Deep down in your soul, you know who I'm about to say.
Is it the US? Yep!
Ding, ding, ding, dear! We've got a winner!
And they were led
by none other than Kermit Roosevelt!
The son of Teddy Roosevelt.
Oh, fuck!
So he attempted to form
what he called a legion.
And he actually pulled it off.
A rough rider, if you will.
He rounded up 200 people
and got them to Finland by the end of March.
Unfortunately for
Finland, the war ended at the beginning
of March.
Meaning that they had absolutely
no use for these men.
Imagine Roosevelt, we're here!
War's over. They knew we were
coming. But we're here
though. Also, Finnish
doctors found that 30%
of the men were unfit for duty.
They went through a MEP
service in the Finnish?
Now, why do you think so many men were found unfit?
They were literally missing body parts and eyes.
Like, really, America?
You sent me dude with no fucking arms?
How will you ski?
Sir, I have no feet either.
God damn it.
Now, most of them ended up settling in Finland,
which I guess if any Finns are listening to this
and you have an American grandfather,
he was a fucking idiot.
I imagine they couldn't go anywhere
because they were like,
well, we're amputated and that move kind of sucked.
I got frostbite on my nubs.
Now, a large number of them decided that fuck this, we're going to go back to England.
They got lost and landed in Oslo, Norway.

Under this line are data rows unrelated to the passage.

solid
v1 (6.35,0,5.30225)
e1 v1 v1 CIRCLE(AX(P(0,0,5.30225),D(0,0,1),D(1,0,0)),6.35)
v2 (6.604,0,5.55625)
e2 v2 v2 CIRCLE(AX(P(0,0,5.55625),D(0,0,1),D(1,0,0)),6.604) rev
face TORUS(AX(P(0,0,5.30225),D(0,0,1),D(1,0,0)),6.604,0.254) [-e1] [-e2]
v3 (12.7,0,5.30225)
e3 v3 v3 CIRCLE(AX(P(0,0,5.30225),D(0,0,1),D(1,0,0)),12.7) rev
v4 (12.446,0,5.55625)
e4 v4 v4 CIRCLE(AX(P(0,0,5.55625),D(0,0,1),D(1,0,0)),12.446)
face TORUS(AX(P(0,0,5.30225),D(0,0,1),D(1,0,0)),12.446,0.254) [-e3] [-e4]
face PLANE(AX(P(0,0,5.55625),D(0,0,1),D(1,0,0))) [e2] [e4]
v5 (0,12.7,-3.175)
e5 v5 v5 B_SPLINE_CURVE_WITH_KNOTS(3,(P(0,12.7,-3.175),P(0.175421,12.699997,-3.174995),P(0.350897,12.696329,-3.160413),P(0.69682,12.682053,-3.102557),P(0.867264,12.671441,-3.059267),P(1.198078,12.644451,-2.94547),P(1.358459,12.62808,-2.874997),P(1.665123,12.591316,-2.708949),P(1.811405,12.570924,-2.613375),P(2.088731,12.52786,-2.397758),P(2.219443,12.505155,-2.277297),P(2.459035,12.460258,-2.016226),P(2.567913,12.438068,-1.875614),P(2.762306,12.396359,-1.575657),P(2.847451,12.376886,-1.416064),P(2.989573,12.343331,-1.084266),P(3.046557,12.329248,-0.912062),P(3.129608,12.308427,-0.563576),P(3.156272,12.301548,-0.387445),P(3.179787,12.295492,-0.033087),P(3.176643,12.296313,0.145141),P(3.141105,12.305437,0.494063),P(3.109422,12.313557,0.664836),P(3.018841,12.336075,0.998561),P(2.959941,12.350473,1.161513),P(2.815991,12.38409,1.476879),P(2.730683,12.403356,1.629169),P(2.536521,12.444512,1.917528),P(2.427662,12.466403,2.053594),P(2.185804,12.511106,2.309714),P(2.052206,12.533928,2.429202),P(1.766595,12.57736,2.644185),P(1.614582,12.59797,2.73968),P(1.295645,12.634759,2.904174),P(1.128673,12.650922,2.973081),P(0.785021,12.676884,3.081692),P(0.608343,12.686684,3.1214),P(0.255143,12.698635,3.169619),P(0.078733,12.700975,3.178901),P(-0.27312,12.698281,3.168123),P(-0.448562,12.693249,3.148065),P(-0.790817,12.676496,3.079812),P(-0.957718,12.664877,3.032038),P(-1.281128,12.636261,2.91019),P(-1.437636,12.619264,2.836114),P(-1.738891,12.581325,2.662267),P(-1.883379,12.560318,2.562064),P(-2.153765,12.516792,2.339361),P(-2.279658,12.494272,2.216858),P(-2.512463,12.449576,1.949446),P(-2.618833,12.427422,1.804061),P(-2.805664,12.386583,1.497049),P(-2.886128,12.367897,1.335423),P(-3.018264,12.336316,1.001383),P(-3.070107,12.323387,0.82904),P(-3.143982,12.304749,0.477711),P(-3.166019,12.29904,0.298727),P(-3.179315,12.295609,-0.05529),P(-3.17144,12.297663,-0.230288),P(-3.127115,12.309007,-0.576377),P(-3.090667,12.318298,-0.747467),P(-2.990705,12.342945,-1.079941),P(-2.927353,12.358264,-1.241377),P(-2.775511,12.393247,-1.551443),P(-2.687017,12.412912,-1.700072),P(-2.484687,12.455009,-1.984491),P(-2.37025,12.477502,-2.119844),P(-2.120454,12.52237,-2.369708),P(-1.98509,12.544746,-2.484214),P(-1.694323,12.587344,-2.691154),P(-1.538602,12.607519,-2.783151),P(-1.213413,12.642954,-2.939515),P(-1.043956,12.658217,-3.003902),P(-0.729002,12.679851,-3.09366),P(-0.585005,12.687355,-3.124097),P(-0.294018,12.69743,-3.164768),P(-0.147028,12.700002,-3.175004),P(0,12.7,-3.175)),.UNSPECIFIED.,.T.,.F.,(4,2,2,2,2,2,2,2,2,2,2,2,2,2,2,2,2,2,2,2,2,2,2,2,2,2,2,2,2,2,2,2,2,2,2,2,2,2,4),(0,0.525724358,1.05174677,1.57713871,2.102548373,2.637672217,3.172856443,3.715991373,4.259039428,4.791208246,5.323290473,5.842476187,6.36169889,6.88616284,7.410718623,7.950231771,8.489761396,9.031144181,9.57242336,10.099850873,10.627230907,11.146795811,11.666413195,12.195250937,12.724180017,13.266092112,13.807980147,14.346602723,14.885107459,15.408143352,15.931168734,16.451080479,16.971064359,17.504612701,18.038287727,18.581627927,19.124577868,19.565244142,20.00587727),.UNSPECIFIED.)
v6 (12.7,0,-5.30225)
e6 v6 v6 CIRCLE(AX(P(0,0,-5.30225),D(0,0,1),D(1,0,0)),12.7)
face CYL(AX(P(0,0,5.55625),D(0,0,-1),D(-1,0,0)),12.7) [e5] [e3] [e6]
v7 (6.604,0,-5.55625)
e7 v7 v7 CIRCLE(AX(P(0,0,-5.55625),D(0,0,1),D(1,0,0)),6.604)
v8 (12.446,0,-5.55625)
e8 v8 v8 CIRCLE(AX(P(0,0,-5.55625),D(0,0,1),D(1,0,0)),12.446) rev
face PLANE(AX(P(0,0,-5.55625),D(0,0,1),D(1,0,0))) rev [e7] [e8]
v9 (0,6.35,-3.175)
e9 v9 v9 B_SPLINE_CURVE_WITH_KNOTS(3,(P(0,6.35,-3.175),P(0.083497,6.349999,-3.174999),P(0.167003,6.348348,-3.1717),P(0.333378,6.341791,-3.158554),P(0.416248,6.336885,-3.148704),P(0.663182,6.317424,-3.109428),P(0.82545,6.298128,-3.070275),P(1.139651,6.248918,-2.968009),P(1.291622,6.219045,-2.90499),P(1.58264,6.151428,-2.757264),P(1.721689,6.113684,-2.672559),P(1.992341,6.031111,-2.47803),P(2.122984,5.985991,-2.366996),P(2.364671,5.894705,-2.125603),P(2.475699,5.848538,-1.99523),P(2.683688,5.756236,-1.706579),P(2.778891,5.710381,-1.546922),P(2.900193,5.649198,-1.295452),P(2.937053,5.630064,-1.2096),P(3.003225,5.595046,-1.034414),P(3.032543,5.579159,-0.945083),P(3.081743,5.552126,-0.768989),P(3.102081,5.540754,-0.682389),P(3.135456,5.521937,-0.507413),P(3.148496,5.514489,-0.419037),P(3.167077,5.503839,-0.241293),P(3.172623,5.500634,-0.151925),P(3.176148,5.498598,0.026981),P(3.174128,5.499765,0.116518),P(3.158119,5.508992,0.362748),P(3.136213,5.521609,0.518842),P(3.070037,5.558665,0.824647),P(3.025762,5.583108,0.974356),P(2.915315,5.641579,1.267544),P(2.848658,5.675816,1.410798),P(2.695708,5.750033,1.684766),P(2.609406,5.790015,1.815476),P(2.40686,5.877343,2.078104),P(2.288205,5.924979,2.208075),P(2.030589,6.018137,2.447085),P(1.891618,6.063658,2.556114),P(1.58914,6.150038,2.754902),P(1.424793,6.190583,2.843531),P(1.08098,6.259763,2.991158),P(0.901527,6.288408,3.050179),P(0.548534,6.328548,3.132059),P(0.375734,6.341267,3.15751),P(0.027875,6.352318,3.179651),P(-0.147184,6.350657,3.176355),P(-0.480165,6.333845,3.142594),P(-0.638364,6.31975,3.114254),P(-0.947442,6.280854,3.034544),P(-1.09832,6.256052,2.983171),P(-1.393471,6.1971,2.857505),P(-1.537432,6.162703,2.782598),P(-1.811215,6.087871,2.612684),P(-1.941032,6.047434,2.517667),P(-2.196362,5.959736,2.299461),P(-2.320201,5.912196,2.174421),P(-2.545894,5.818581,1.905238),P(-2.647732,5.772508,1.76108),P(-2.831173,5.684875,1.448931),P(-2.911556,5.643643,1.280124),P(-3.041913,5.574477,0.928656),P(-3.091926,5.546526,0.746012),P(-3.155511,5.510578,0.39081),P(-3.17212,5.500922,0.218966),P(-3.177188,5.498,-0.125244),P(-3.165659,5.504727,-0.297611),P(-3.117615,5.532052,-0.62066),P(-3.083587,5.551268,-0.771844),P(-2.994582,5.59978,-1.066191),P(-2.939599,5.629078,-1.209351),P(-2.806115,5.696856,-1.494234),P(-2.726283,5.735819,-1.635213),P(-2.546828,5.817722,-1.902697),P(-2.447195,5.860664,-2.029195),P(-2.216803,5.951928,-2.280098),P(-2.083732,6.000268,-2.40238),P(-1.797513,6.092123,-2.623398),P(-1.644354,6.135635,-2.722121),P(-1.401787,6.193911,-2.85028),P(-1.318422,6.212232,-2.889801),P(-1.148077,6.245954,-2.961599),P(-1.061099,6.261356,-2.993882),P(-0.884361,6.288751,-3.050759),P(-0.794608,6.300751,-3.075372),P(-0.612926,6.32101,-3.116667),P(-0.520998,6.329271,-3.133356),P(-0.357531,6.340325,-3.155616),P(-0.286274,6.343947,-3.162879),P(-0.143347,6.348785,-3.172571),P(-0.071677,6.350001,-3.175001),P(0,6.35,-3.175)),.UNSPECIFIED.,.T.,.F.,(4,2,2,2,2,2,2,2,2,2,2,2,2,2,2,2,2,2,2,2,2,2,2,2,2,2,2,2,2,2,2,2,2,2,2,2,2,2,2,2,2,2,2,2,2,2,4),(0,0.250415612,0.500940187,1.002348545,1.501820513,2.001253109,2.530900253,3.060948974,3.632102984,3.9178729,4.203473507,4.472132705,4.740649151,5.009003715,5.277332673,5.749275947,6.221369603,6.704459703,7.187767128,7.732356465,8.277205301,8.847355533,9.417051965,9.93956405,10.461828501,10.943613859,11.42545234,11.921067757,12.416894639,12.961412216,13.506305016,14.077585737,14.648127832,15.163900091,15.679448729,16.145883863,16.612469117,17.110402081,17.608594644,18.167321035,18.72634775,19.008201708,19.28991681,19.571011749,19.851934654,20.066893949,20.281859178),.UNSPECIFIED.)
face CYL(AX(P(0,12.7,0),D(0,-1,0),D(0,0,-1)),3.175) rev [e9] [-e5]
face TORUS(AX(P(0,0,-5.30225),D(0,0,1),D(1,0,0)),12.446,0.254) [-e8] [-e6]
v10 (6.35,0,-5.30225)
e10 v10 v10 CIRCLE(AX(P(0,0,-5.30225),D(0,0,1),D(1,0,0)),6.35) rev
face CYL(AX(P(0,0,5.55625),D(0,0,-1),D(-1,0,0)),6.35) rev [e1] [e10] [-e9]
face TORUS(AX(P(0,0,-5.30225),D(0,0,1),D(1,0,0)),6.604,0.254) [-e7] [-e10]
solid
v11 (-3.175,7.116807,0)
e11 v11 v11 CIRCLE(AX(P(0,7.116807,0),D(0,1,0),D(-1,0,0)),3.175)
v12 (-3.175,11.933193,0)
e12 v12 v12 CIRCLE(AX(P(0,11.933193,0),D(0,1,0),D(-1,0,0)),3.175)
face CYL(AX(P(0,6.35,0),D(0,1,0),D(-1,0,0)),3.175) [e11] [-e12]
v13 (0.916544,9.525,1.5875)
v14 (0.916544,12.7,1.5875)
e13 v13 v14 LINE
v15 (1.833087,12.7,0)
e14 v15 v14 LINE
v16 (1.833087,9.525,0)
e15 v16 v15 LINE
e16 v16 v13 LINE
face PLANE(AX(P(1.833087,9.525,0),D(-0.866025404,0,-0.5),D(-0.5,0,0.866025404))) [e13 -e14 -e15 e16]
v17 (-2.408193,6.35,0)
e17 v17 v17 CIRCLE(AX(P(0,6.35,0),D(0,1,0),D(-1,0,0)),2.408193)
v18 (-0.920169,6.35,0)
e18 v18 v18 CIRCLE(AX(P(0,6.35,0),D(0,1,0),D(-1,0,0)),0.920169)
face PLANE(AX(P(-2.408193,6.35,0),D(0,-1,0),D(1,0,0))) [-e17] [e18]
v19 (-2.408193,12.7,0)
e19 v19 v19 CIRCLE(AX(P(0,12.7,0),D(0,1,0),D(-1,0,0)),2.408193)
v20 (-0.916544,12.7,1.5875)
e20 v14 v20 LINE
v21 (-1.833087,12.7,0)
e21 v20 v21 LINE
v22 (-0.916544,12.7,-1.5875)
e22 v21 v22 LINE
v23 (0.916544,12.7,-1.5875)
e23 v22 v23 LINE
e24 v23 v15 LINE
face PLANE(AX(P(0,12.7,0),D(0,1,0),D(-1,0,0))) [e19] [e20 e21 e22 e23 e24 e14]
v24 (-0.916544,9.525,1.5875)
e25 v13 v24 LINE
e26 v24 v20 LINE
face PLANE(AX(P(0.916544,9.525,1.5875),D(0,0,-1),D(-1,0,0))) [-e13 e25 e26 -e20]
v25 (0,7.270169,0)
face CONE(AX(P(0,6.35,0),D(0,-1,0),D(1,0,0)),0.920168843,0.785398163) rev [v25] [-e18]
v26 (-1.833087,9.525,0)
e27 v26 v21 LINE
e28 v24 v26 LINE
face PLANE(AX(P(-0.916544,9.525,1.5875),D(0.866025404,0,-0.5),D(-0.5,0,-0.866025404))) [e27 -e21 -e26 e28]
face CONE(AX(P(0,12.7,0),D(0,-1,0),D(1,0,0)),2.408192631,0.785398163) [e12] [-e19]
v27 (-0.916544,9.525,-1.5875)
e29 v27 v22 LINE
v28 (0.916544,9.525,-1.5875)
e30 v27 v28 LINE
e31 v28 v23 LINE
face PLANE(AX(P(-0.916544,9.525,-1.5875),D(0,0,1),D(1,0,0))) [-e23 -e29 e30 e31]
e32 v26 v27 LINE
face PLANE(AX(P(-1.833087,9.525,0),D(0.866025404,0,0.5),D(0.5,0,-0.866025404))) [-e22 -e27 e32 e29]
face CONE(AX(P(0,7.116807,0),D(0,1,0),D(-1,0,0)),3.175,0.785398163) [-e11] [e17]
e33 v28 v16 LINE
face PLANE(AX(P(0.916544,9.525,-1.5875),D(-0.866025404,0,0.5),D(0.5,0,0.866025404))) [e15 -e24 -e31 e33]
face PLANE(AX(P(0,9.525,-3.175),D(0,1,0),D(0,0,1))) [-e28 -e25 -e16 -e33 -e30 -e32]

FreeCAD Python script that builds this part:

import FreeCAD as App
import Part
import Sketcher
Q = App.Units.Quantity


def edges_at(feature, points):
    """Names of the edges that pass closest to the given points."""
    edges = feature.Shape.Edges
    near = lambda p: min(range(len(edges)), key=lambda i: edges[i].distToShape(Part.Vertex(*p))[0])
    return sorted({f"Edge{near(p) + 1}" for p in points})

doc = App.newDocument("Part")
body = doc.addObject("PartDesign::Body", "Body")

sketch1 = body.newObject("Sketcher::SketchObject", "Sketch")
sketch1.AttachmentSupport = (doc.getObject("XY_Plane"), [""])
sketch1.MapMode = "FlatFace"
sketch1.addGeometry(Part.Circle(App.Vector(0, 0, 0), App.Vector(0, 0, 1), 13), False)
sketch1.addGeometry(Part.Circle(App.Vector(0, 0, 0), App.Vector(0, 0, 1), 6), False)
sketch1.addConstraint(Sketcher.Constraint("Coincident", 0, 3, -1, 1))
sketch1.addConstraint(Sketcher.Constraint("Coincident", 1, 3, -1, 1))
sketch1.addConstraint(Sketcher.Constraint("Diameter", 0, Q("1 in")))
sketch1.addConstraint(Sketcher.Constraint("Diameter", 1, Q("0.5 in")))
pad1 = body.newObject("PartDesign::Pad", "Pad")
pad1.Profile = sketch1
pad1.Length = Q("0.4375 in")
pad1.Midplane = True

sketch2 = body.newObject("Sketcher::SketchObject", "Sketch001")
sketch2.AttachmentSupport = (doc.getObject("XZ_Plane"), [""])
sketch2.MapMode = "FlatFace"
sketch2.addGeometry(Part.Circle(App.Vector(0, 0, 0), App.Vector(0, 0, 1), 3.2), False)
sketch2.addConstraint(Sketcher.Constraint("Coincident", 0, 3, -1, 1))
sketch2.addConstraint(Sketcher.Constraint("Diameter", 0, Q("0.25 in")))
pocket1 = body.newObject("PartDesign::Pocket", "Pocket")
pocket1.Profile = sketch2
pocket1.Type = "ThroughAll"
doc.recompute()

fillet = body.newObject("PartDesign::Fillet", "Fillet")
fillet.Base = (pocket1, edges_at(pocket1, [
    (-12.7, 0, -5.556),
    (-12.7, 0, 5.556),
    (-6.35, 0, -5.556),
    (-6.35, 0, 5.556),
]))
fillet.Radius = Q("0.01 in")
body2 = doc.addObject("PartDesign::Body", "Body001")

At the exact same time the Nazis invaded.
Oh, fuck.
Which led to them being believed to be foreign soldiers and got them chucked in prison camps until the end of the war.
Wow.
Oh, my God. Wow. Oh my god.
Hilarity ensued.
This is what happens when you listen to a guy named fucking
Kermit Roosevelt. Any Roosevelt.
Though all
this inventorism and volunteerism
was nice, but Finland was really hoping
for, I don't know, diplomatic
pressure or military supplies or
something.
That Kermit to show up with an army of
amputees. What can you provide
for us? Half of a
few men. All together
we have about 75.
We brought 200.
Together we were about 75.
Unfortunately, none of that
happened. While the people of Sweden
openly supported the war effort,
the Swedish government did not want to be involved leaning hard into their neutrality uh to the point it was kind of
ridiculous like their own government was against their own neutrality which is kind of weird like
overall swedish public support is like we need to go to war to save finland and like the foreign
minister said the government stances quote neutrality carried to the point of pure idiocy but for some reason they were still neutral
all right this
okay those goddamn neutrals
it
it like at one point
I'm not going to go into it at length
but England
and America came to an agreement
mostly England and France is
involved as well where they were like
we can help Finland.
We'll invade through all these neutral countries without even talking to them
beforehand.
Like to beat the Nazis,
we must become the Nazis.
And that's like how Narvik became a thing,
which didn't end well.
Uh,
but yeah,
it was a really badly thought out plan that they didn't clear with.
Like part of their plan was going through Sweden.
They didn't even talk to Sweden about it
and then Sweden ended up finding out
and they're like no
you can't invade
us but yeah
now the one thing the government seemed willing
and able to do
to openly
help Finland was
and this is going to make
everybody kind of hate this the one guy who decided he really wanted to help Finland was, and this is going to make everybody kind of hate this.
The one guy who decided that he really wanted to help Finland,
Mussolini.
Fuck.
God damn it.
Mussolini's shitty fucking ass supplied the Finns with more than anything else
and anybody else.
He gave them more weapons, more supplies.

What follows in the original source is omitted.